PROBLEM DETAILS:
Lines before the one containing "f 102 99 22" are left out; return that line and every line after it exactly, through the end of the data below.
----- AVAILABLE RECORDS
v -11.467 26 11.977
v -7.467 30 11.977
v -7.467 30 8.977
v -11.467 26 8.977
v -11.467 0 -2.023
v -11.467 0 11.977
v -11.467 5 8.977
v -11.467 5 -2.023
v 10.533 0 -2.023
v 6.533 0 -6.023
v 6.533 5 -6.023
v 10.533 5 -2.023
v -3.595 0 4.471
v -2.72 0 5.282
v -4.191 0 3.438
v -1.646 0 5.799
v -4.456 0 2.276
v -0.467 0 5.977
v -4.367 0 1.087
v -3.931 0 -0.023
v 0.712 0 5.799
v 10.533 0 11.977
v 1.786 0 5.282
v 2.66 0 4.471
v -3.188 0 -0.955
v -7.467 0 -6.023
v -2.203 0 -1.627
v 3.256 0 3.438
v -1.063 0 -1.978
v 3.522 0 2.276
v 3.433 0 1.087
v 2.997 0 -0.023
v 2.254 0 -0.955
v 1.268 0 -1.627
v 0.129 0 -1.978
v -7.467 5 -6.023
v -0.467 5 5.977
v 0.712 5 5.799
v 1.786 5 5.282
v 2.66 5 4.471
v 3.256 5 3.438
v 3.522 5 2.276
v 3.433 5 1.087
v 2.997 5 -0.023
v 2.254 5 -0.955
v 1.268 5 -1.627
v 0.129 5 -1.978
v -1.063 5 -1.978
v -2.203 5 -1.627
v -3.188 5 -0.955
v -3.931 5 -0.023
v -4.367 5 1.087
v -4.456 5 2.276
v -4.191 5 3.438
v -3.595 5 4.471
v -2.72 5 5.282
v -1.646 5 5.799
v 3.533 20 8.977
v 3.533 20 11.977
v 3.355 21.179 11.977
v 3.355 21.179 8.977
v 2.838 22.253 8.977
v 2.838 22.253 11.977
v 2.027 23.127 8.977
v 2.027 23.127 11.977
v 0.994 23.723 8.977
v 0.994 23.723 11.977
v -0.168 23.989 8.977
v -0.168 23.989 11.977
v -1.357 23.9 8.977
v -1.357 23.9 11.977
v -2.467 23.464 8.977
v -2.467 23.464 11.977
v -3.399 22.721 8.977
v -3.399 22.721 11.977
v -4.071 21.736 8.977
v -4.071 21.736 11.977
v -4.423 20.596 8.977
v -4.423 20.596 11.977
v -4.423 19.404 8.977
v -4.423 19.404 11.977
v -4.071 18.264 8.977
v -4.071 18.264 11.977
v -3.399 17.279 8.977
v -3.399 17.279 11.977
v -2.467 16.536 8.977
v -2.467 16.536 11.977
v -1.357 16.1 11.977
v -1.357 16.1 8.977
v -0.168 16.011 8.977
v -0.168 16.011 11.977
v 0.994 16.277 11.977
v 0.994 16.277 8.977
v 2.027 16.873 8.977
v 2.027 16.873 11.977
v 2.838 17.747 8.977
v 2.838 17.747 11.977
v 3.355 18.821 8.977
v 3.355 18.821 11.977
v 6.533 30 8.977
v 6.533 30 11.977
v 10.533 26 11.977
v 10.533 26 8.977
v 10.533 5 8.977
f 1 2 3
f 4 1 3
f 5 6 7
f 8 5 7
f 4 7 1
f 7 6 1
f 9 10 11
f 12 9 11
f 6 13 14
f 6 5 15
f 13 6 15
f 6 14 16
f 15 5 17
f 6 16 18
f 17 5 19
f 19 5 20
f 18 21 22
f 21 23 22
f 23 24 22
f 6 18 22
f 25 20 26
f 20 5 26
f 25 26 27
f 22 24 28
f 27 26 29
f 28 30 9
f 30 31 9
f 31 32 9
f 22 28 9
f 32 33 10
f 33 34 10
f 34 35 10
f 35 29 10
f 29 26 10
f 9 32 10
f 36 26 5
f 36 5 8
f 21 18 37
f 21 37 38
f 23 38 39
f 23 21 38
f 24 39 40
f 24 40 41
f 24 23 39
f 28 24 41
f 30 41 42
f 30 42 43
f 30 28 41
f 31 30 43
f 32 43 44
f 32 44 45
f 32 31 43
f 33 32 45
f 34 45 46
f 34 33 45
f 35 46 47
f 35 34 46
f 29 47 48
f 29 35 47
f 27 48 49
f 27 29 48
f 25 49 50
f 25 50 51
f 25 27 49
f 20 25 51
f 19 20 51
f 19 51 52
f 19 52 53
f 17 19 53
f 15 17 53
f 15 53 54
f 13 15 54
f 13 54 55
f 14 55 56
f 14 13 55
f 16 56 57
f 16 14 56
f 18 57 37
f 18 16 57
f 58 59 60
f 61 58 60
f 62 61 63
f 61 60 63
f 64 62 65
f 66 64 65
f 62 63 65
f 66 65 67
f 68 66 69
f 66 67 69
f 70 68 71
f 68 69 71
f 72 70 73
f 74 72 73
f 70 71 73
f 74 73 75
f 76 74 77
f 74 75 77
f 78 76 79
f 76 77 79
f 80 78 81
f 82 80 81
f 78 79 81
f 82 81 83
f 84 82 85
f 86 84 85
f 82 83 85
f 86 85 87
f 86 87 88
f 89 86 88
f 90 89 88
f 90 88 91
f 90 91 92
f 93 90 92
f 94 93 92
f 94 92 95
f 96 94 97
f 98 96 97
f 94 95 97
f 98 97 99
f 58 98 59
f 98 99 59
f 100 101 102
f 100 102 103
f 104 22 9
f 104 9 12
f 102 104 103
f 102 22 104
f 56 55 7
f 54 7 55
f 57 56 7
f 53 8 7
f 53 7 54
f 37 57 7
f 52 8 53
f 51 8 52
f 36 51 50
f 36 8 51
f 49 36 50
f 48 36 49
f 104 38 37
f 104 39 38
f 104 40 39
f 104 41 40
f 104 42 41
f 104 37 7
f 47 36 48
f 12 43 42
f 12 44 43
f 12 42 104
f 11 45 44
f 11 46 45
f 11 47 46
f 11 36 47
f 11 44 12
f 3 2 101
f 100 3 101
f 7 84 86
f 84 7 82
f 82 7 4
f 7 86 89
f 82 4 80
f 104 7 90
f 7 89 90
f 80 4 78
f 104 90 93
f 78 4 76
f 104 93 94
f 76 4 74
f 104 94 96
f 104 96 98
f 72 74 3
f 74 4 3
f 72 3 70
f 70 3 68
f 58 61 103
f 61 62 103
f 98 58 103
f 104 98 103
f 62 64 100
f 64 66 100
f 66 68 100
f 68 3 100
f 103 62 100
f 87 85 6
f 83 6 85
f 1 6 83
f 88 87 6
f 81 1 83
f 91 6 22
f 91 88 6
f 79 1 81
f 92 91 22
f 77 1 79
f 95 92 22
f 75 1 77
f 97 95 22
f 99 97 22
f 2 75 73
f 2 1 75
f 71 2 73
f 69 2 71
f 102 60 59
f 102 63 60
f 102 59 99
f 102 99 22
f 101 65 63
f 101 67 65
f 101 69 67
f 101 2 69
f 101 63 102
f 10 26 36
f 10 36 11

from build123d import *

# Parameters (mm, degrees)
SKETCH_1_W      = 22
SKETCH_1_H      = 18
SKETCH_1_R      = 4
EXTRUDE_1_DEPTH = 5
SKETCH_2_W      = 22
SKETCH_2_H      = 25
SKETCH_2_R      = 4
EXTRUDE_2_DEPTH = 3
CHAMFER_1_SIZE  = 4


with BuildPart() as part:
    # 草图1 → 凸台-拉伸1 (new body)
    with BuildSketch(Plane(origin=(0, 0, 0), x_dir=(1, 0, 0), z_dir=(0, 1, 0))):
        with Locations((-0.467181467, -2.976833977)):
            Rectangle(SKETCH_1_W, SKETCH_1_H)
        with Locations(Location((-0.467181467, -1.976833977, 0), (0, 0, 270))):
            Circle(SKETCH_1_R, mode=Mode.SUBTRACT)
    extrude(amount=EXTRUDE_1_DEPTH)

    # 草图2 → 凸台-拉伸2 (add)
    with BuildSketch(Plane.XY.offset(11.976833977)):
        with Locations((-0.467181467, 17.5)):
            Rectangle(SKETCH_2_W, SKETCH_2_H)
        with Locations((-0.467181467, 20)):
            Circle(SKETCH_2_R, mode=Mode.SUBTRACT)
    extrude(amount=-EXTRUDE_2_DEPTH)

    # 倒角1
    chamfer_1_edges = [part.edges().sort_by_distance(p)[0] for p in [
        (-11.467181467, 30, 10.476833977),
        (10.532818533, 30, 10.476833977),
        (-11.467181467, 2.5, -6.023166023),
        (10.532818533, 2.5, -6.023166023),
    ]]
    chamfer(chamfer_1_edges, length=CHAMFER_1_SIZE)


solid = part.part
----------
WRITTEN SOLUTION:
f 102 99 22
f 101 65 63
f 101 67 65
f 101 69 67
f 101 2 69
f 101 63 102
f 10 26 36
f 10 36 11

from build123d import *

# Parameters (mm, degrees)
SKETCH_1_W      = 22
SKETCH_1_H      = 18
SKETCH_1_R      = 4
EXTRUDE_1_DEPTH = 5
SKETCH_2_W      = 22
SKETCH_2_H      = 25
SKETCH_2_R      = 4
EXTRUDE_2_DEPTH = 3
CHAMFER_1_SIZE  = 4


with BuildPart() as part:
    # 草图1 → 凸台-拉伸1 (new body)
    with BuildSketch(Plane(origin=(0, 0, 0), x_dir=(1, 0, 0), z_dir=(0, 1, 0))):
        with Locations((-0.467181467, -2.976833977)):
            Rectangle(SKETCH_1_W, SKETCH_1_H)
        with Locations(Location((-0.467181467, -1.976833977, 0), (0, 0, 270))):
            Circle(SKETCH_1_R, mode=Mode.SUBTRACT)
    extrude(amount=EXTRUDE_1_DEPTH)

    # 草图2 → 凸台-拉伸2 (add)
    with BuildSketch(Plane.XY.offset(11.976833977)):
        with Locations((-0.467181467, 17.5)):
            Rectangle(SKETCH_2_W, SKETCH_2_H)
        with Locations((-0.467181467, 20)):
            Circle(SKETCH_2_R, mode=Mode.SUBTRACT)
    extrude(amount=-EXTRUDE_2_DEPTH)

    # 倒角1
    chamfer_1_edges = [part.edges().sort_by_distance(p)[0] for p in [
        (-11.467181467, 30, 10.476833977),
        (10.532818533, 30, 10.476833977),
        (-11.467181467, 2.5, -6.023166023),
        (10.532818533, 2.5, -6.023166023),
    ]]
    chamfer(chamfer_1_edges, length=CHAMFER_1_SIZE)


solid = part.part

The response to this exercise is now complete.